[Dataset excerpts]
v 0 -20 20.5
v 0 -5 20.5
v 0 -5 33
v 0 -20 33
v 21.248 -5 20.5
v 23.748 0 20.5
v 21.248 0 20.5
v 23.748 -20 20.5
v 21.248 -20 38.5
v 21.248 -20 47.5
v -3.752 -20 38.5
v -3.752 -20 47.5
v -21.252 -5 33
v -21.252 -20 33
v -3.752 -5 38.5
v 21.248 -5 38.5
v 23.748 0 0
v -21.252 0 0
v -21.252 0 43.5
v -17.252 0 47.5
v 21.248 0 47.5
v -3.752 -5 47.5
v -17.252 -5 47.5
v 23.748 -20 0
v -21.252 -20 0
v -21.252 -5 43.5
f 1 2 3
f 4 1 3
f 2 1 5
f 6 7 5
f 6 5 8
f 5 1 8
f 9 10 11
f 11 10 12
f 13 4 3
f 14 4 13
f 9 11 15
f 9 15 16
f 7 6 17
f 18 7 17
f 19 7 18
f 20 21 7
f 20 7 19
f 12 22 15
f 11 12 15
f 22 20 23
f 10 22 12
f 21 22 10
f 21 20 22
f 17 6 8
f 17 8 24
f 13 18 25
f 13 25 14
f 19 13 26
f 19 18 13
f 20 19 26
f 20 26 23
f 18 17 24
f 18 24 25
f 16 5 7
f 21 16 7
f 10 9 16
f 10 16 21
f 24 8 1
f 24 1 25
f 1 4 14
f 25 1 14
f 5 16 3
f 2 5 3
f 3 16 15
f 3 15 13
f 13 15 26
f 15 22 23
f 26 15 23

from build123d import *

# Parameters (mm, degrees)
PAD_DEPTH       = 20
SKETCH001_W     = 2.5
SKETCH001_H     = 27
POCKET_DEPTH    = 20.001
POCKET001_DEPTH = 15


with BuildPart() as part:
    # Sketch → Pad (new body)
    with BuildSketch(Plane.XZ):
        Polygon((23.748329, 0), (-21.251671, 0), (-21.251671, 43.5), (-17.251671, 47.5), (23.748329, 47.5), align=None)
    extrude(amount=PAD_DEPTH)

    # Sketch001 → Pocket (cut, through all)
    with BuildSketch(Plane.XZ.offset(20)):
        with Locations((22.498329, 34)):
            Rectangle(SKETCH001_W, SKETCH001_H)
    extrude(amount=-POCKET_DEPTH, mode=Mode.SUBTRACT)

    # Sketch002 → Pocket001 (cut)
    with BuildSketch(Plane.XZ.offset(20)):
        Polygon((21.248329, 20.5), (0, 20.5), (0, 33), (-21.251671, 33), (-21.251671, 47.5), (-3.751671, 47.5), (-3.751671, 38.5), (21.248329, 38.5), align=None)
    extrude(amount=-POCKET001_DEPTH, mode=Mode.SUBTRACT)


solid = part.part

--

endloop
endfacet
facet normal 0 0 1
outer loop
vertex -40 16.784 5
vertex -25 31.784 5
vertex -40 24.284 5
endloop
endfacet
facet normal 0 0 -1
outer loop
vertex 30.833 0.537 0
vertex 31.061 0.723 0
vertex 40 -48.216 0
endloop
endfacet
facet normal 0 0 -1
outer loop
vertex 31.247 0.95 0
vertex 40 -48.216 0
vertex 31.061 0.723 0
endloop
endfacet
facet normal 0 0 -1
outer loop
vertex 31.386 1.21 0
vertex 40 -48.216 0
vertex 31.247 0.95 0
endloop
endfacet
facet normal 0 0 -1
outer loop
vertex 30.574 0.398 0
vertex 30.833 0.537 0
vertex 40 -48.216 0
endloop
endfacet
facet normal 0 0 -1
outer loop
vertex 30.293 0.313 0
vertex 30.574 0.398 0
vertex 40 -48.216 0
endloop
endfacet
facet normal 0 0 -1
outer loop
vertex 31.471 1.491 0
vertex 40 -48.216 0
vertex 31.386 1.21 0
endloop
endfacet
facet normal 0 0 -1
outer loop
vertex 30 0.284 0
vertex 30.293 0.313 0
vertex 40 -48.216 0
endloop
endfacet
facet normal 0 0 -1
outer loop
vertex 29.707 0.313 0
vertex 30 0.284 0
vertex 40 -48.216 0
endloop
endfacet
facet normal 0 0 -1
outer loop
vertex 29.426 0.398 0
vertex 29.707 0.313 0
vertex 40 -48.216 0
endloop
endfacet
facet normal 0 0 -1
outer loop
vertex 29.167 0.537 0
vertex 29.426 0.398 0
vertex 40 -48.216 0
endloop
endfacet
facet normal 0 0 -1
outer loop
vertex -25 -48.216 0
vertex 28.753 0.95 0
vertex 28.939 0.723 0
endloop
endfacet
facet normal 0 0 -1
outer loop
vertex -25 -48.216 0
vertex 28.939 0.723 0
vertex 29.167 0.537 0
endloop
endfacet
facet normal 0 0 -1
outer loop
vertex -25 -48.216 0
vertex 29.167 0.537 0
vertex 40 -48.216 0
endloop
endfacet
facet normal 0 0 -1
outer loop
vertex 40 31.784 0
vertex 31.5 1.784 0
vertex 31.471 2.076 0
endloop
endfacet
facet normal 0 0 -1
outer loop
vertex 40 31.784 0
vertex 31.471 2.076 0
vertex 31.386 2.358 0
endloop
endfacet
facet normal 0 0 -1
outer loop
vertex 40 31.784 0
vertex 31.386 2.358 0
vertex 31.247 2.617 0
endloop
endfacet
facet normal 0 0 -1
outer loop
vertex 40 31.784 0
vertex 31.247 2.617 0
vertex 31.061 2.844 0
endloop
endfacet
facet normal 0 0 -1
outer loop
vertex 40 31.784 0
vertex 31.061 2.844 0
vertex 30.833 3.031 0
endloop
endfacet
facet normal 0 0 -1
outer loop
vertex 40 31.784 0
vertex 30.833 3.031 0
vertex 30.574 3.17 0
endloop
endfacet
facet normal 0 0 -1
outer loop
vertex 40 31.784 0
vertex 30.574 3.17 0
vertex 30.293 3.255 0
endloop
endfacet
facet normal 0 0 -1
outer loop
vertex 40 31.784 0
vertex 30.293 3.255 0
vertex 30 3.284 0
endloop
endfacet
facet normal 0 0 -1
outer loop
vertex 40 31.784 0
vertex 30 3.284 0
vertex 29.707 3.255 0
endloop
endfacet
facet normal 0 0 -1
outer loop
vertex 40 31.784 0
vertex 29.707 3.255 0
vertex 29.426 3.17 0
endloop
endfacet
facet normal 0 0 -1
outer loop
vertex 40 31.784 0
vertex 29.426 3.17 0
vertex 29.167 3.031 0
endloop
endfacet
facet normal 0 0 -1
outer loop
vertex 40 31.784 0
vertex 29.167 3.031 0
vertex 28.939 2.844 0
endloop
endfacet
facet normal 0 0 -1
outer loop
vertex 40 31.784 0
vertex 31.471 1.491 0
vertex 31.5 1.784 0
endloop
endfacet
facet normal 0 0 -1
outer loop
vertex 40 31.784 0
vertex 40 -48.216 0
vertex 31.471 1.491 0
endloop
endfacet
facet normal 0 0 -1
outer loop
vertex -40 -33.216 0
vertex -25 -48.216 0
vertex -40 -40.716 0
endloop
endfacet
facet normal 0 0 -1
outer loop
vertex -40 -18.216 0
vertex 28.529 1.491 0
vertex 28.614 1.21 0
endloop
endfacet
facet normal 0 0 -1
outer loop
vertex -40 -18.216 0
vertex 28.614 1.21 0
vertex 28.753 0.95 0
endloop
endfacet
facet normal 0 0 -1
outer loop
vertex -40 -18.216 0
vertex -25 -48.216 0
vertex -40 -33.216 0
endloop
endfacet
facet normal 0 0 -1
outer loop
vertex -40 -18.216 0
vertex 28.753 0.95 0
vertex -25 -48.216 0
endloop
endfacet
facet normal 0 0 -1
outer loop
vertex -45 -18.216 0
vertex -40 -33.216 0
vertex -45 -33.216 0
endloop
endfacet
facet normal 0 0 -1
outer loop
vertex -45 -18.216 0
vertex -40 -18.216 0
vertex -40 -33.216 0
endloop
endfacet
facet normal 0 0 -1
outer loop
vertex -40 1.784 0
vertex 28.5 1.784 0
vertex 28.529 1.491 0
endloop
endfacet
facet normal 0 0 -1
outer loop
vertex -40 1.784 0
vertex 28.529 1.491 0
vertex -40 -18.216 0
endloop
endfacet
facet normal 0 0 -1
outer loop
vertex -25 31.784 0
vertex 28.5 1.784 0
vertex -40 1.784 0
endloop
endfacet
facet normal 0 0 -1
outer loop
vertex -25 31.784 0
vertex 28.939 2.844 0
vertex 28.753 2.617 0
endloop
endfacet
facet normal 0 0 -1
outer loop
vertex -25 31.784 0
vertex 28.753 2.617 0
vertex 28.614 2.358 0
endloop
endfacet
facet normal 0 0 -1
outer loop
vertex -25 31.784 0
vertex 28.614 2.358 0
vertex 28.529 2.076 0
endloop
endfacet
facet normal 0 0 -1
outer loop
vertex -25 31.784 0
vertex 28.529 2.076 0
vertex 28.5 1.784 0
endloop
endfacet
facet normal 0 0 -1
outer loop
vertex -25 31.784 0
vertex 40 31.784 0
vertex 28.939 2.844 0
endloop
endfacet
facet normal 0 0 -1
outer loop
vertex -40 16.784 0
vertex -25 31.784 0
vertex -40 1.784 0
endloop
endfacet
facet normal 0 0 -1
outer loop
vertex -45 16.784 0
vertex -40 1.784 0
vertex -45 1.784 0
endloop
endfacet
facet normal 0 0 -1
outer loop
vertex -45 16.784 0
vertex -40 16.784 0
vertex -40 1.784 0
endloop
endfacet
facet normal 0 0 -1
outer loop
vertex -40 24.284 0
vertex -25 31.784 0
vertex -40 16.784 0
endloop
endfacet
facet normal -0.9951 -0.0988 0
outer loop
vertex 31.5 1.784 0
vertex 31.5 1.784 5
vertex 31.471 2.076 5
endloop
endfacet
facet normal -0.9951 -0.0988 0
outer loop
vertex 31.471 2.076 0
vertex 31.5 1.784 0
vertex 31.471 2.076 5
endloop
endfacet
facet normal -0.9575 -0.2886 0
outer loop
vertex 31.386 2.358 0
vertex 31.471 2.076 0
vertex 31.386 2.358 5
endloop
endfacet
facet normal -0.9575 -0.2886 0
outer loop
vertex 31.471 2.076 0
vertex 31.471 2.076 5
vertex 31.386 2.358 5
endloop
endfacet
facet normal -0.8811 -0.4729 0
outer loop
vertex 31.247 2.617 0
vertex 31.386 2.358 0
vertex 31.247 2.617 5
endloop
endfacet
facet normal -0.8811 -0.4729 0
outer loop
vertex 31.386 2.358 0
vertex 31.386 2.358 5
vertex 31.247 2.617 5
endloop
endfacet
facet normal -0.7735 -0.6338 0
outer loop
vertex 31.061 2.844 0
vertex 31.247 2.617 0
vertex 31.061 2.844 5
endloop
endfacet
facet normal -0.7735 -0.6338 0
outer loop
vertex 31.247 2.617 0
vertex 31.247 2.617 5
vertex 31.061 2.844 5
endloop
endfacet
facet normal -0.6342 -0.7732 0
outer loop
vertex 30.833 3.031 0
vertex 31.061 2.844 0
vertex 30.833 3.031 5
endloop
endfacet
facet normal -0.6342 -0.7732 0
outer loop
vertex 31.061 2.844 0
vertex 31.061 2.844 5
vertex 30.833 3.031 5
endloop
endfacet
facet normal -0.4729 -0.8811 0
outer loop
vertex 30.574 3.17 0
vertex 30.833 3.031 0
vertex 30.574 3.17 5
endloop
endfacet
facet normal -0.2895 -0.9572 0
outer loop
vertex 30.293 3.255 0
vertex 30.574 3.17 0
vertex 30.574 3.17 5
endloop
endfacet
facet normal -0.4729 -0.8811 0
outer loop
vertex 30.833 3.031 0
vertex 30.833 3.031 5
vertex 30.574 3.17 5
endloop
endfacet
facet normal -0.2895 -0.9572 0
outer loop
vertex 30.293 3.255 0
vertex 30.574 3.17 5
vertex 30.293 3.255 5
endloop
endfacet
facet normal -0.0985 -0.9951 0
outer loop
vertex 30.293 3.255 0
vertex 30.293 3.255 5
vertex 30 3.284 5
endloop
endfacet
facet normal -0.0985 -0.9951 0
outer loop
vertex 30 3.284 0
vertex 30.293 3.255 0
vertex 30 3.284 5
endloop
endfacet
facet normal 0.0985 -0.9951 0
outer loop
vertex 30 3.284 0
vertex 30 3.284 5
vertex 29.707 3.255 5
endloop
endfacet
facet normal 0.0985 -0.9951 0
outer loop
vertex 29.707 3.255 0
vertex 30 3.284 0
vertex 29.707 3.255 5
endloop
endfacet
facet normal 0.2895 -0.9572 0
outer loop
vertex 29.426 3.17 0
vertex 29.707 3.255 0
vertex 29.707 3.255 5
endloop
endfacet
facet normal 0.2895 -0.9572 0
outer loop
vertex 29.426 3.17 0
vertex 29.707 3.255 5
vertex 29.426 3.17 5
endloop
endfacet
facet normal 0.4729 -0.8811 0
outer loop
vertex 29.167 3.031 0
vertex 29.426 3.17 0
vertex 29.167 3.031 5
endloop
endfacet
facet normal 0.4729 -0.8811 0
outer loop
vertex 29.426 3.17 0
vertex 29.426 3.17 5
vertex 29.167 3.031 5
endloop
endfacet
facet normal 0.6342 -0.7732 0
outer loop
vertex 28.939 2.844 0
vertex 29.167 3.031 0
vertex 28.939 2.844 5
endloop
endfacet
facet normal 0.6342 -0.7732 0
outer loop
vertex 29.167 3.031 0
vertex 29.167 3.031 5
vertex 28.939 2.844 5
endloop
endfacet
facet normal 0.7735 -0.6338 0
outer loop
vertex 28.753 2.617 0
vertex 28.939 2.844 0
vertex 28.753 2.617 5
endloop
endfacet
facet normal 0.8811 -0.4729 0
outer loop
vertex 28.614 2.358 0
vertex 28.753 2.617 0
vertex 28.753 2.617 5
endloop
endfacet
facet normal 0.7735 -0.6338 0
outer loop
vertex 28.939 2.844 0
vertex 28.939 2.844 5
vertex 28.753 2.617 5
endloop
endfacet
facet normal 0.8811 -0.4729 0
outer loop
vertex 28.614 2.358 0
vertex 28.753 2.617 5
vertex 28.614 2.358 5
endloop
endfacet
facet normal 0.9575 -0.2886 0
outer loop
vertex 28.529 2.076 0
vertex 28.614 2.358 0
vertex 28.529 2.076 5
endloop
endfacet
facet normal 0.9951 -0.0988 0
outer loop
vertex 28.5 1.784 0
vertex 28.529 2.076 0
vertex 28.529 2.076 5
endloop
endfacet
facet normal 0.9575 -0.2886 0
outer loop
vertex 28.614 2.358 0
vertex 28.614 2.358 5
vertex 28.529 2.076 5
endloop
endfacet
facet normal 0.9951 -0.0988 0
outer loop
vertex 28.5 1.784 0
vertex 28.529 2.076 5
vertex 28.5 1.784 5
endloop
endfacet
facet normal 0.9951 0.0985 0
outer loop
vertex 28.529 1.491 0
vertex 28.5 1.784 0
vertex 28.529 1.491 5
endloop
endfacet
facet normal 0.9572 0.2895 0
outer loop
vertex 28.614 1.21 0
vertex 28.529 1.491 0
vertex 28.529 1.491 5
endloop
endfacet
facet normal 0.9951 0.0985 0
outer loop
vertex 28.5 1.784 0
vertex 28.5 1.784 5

_TASK STATEMENT_
Set down, from the entries above, exactly the lines from the one with "v 0 -20 20.5" up to and including the one with "v -17.252 -5 47.5", and no other lines.

_EXPECTED OUTPUT_
v 0 -20 20.5
v 0 -5 20.5
v 0 -5 33
v 0 -20 33
v 21.248 -5 20.5
v 23.748 0 20.5
v 21.248 0 20.5
v 23.748 -20 20.5
v 21.248 -20 38.5
v 21.248 -20 47.5
v -3.752 -20 38.5
v -3.752 -20 47.5
v -21.252 -5 33
v -21.252 -20 33
v -3.752 -5 38.5
v 21.248 -5 38.5
v 23.748 0 0
v -21.252 0 0
v -21.252 0 43.5
v -17.252 0 47.5
v 21.248 0 47.5
v -3.752 -5 47.5
v -17.252 -5 47.5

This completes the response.